How to not quit your career when Git (via Visual Studio) adds <<<< HEAD into your code – 094

I studied Shotokan Karate for 20 years. At the start of each class, you’d say the Dojo Kun. At the beginning, I viewed the sayings as the rules of engagement, similar to FIFA laws. But over the years and decades, it starts to bleed into your subconscious as a way of viewing other situations in life. The most important of these rules is the last, “Refrain from violent behavior.”  The idea is you’re supposed to avoid any fights, etc. at all costs. Because of this philosophy, I have argued that karate is really the study of non-violence. I could go on and on about the importance of the only winning fight is the one that isn’t started, there’s no such thing as a first punch in karate, and so forth.

The first time I saw <<< HEAD and >>>> branch-name edited into my code*, my coffee mug went flying across the room.

Today’s tip is a walkthrough of resolving a merge conflict from within Visual Studio. We’ll cover command line in upcoming tips. Must… pace… self…

Suppose you have some existing output text in our ConsoleApplication in master. And you’re going to merge in text from a branch called decorations that also includes output text. Because both branches have changes in the same section, you’ll get a merge conflict. Let’s see how Visual Studio 2017 handles it.

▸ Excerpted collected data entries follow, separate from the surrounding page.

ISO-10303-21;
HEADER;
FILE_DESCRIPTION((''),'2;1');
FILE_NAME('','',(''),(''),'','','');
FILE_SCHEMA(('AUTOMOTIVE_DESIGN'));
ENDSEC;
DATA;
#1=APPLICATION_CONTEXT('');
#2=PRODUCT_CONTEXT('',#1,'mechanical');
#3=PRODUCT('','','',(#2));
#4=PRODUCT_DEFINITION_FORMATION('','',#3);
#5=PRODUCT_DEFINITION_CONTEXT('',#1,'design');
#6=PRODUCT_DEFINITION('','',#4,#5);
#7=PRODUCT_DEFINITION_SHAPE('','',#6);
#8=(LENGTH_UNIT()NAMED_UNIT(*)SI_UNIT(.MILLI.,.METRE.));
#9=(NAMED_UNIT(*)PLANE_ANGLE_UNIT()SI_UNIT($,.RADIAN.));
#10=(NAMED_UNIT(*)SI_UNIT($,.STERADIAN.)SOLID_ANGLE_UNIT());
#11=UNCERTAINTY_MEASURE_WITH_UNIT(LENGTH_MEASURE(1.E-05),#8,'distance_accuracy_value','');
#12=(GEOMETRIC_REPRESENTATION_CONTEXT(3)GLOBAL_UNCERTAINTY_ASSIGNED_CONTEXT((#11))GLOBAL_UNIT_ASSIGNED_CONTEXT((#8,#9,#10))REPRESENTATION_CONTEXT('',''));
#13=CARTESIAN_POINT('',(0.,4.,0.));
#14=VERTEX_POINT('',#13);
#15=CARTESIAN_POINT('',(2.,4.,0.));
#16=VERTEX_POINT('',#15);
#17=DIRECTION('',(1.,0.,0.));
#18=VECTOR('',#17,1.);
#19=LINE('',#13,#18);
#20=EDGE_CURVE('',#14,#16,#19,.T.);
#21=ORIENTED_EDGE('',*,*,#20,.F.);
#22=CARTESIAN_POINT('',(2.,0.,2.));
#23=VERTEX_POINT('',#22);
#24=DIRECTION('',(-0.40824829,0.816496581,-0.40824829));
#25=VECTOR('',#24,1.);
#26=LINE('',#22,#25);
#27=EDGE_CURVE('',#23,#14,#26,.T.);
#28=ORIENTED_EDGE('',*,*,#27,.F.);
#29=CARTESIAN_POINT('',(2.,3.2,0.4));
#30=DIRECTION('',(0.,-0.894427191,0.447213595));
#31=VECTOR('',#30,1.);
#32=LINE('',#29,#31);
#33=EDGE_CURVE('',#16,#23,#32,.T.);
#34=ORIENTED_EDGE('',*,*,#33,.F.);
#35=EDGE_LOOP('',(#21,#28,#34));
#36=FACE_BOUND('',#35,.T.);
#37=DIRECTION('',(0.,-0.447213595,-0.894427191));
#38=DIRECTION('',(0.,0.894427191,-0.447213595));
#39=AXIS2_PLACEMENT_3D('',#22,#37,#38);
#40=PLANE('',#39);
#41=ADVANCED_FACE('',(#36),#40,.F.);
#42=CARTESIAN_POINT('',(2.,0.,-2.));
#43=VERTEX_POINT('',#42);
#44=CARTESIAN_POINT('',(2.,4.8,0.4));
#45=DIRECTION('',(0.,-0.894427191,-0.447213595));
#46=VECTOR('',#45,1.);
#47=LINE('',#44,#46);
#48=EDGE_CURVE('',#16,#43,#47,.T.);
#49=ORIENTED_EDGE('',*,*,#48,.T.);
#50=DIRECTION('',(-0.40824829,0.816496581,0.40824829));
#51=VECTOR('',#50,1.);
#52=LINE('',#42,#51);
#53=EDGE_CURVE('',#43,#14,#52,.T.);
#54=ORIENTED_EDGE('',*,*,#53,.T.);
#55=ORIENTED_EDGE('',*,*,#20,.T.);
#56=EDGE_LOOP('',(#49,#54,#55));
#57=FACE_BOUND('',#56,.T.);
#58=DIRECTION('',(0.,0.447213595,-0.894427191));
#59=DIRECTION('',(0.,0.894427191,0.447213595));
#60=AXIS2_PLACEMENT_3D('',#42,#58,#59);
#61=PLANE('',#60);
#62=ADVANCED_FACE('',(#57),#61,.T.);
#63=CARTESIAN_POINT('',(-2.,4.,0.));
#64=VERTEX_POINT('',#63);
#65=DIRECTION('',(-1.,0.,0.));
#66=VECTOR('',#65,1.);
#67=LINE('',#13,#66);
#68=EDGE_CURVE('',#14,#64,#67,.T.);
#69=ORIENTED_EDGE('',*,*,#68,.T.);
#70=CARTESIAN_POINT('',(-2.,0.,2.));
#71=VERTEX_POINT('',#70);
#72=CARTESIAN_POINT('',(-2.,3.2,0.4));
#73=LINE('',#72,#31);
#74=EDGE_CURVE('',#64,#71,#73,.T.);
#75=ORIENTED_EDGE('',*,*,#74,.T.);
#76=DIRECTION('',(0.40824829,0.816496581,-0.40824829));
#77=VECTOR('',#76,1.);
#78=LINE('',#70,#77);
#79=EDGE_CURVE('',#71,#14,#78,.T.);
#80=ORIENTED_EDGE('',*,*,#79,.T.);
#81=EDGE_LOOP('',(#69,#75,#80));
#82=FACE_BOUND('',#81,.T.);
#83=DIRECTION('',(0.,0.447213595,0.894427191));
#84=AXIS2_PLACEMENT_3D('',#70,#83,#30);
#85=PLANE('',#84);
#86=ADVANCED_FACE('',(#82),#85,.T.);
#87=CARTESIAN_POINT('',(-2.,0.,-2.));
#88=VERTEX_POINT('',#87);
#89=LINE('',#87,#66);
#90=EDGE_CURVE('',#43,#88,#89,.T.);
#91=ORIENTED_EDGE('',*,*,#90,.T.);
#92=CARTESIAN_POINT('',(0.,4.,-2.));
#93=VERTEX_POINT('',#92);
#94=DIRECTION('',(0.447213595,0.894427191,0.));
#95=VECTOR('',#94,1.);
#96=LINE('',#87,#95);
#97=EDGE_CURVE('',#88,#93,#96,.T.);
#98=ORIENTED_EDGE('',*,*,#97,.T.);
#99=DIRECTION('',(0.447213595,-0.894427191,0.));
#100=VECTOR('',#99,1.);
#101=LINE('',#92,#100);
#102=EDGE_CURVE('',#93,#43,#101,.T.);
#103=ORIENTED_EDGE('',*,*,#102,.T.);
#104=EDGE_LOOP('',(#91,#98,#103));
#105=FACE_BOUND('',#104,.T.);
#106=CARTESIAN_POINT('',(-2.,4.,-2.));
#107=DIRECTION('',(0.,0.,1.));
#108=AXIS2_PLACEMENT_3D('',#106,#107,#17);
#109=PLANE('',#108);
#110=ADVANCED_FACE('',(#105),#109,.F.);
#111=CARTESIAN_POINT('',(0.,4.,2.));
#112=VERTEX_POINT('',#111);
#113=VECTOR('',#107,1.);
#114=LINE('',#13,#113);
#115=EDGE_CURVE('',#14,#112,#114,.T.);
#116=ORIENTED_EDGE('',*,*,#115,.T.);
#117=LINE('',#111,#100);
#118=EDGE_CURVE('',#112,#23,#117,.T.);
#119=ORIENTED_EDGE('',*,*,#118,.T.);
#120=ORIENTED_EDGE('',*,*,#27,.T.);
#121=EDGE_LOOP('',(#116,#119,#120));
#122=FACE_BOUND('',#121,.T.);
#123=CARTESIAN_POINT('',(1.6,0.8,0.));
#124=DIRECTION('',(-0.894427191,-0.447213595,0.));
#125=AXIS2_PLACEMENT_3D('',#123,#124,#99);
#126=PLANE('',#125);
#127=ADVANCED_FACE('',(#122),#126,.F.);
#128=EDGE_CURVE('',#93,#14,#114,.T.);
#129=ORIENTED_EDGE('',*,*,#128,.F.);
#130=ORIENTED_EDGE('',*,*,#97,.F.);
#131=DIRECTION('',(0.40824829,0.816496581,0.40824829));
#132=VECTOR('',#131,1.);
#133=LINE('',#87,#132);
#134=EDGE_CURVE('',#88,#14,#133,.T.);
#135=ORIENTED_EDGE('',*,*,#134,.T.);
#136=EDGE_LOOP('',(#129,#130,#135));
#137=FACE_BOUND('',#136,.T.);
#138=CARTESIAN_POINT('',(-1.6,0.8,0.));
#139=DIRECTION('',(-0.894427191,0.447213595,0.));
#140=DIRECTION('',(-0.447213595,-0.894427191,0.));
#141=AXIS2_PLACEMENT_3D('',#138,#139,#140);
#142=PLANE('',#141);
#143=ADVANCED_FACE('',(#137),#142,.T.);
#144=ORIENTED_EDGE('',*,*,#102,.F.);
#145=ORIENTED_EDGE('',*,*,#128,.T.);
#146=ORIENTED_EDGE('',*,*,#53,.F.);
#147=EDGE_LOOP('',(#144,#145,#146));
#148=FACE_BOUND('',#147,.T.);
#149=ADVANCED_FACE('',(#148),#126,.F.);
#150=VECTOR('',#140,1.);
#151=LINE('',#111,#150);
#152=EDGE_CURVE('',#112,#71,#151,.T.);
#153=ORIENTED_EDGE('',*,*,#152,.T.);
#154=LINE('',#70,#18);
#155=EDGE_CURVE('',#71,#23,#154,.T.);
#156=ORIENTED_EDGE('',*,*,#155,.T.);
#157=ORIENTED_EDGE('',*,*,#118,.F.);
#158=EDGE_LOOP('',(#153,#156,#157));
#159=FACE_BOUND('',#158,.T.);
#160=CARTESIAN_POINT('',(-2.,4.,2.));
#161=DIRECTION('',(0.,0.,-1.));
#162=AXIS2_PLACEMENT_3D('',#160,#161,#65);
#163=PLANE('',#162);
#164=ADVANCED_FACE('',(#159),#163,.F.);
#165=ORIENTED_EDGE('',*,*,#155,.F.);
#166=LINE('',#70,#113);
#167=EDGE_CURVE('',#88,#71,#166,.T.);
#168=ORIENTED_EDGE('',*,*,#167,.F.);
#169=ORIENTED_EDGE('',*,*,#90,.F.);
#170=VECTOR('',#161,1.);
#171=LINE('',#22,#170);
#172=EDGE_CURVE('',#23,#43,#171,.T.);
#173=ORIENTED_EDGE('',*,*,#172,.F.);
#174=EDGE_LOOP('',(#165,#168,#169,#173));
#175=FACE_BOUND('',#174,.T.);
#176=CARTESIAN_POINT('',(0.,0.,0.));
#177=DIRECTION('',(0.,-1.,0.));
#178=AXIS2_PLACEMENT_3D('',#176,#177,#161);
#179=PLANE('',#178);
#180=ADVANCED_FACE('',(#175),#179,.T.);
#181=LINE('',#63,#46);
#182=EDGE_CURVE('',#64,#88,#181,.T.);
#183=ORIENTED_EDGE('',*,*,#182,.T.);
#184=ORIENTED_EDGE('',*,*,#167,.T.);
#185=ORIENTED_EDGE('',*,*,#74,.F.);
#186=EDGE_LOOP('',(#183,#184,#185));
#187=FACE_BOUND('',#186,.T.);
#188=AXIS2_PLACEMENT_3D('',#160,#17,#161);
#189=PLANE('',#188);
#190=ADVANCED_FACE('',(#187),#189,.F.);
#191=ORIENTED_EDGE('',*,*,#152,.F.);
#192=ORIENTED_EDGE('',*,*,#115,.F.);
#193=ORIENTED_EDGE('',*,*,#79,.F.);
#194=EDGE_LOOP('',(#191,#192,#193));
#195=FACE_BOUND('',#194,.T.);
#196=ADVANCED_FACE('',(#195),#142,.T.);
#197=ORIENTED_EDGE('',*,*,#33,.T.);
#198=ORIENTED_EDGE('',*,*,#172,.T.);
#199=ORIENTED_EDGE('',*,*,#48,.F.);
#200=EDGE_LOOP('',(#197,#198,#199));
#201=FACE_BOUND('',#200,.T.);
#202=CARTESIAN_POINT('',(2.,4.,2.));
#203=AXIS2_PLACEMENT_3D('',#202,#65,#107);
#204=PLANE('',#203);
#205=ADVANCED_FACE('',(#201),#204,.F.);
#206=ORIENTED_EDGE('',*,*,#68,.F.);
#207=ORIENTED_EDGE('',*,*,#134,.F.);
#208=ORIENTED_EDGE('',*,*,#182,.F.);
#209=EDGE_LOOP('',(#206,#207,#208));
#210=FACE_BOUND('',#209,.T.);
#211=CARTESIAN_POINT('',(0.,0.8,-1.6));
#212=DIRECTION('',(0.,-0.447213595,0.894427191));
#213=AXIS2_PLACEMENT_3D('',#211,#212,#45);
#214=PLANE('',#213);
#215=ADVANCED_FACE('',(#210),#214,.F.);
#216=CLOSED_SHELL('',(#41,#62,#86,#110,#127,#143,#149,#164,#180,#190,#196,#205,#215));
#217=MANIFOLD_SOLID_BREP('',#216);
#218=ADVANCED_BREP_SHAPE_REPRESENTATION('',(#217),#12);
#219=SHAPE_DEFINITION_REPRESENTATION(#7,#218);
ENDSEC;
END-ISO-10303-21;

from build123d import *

# Parameters (mm, degrees)
SKETCH1_W           = 4
SKETCH1_H           = 4
BOSS_EXTRUDE1_DEPTH = 4
CUT_EXTRUDE5_DEPTH  = 32
CUT_EXTRUDE6_DEPTH  = 32
CUT_EXTRUDE7_DEPTH  = 32
CUT_EXTRUDE8_DEPTH  = 32


with BuildPart() as part:
    # Sketch1 → Boss-Extrude1 (new body)
    with BuildSketch(Plane(origin=(0, 0, 0), x_dir=(1, 0, 0), z_dir=(0, 1, 0))):
        Rectangle(SKETCH1_W, SKETCH1_H)
    extrude(amount=BOSS_EXTRUDE1_DEPTH)

    # 3DSketch3 → Cut-Extrude5 (cut, along a direction that is not the sketch's normal)
    with BuildSketch(Plane(origin=(0, 4, 0), x_dir=(-0.4082482904638629, -0.8164965809277258, 0.40824829046386363), z_dir=(-0.894427190999916, 0.447213595499958, 0))):
        Polygon((0, 0), (0.816496581, 1.825741858), (4.898979486, 0), align=None)
    extrude(amount=CUT_EXTRUDE5_DEPTH, dir=(-1, 0, 0), mode=Mode.SUBTRACT)

    # 3DSketch4 → Cut-Extrude6 (cut, along a direction that is not the sketch's normal)
    with BuildSketch(Plane(origin=(0, 4, 0), x_dir=(-0.4082482904638631, -0.8164965809277261, -0.4082482904638631), z_dir=(0, 0.447213595499958, -0.894427190999916))):
        Polygon((0, 0), (0.816496581, 1.825741858), (4.898979486, 0), align=None)
    extrude(amount=CUT_EXTRUDE6_DEPTH, dir=(0, 1, 0), mode=Mode.SUBTRACT)

    # 3DSketch5 → Cut-Extrude7 (cut, along a direction that is not the sketch's normal)
    with BuildSketch(Plane(origin=(0, 4, 0), x_dir=(-0.4082482904638631, -0.816496580927726, -0.4082482904638631), z_dir=(0.894427190999916, -0.447213595499958, 0))):
        Polygon((0, 0), (4.898979486, 0), (0.816496581, 1.825741858), align=None)
    extrude(amount=-CUT_EXTRUDE7_DEPTH, dir=(1, 0, 0), mode=Mode.SUBTRACT)

    # 3DSketch6 → Cut-Extrude8 (cut, along a direction that is not the sketch's normal)
    with BuildSketch(Plane(origin=(2, 0, 2), x_dir=(-0.3333333333333332, 0.6666666666666664, -0.666666666666667), z_dir=(0.894427190999916, 0.447213595499958, 0))):
        Polygon((3.333333333, 2.98142397), (0, 0), (4.666666667, 1.490711985), align=None)
        Polygon((6, 0), (4.666666667, 1.490711985), (2.666666667, -2.98142397), align=None)
    extrude(amount=CUT_EXTRUDE8_DEPTH, dir=(1, 0, 0), mode=Mode.SUBTRACT)


solid = part.part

First, do everything as shown in previous tips…

merging from decorations into master

But this time when you hit Merge, you’ll see the following

Merge in Progress - Conflicts: 1 message

Take a deep breath.

Now take another deep breath.

Resist the temptation to “fix” your code by removing the <<< HEAD and >>> decorations modifications. Let your build errors light up like rush hour traffic in your VS code margin gutter thingy.

Now click Conflicts: 1

You’ll be given an option to either Merge or simply take either the code from decorations or master w/o “merging”

Merge button for a conflicting file

Clicking the Merge button will take make use of that <<<< HEAD and >>> decorations gobbledygook by presenting you with a merge tool (in this case presented within VS).

Suppose you want both changes. You can click the checkboxes on both sides and you’ll see the result in the bottom screen.

VS merge tool

Notice how the resulting merge shows the Console.WriteLine() at the wrong location, which makes sense. The two code blocks were merged in a way that makes sense.

The bottom window is editable. A quick cut and paste puts the WriteLine() before the ReadLine() so it can be seen before the keypress to exit.

editing the resulting window screen

Hit Save and then hit Accept Merge at the top of the merge tool

Accept Merge button at the top of merge tool

And yet another button!! O_O

Now back in Team Explorer, click Commit Merge.

Commit Merge

Finally, we’re going to finish the merge by typing in a custom commit message and clicking Commit Staged

committing the merge with a custom message

And now when you view history, you’ll see the merge into master.

History - master w merge from decorations

*What I’ve realized from learning RoR and Node.js last year is that when you’re not using a full end-to-end IDE (e.g. text editors like atom, vi, sublime, etc.) you need another way to communicate changes and other sort of “metadata.” Hence the content of the code is modified, e.g. adding the <<<< HEAD directly into the file or adding a readme.md file to your repo (which doesn’t participate in the build). Once you start to know the backstory why things are the way they are, the world becomes a lot safer for coffee mugs.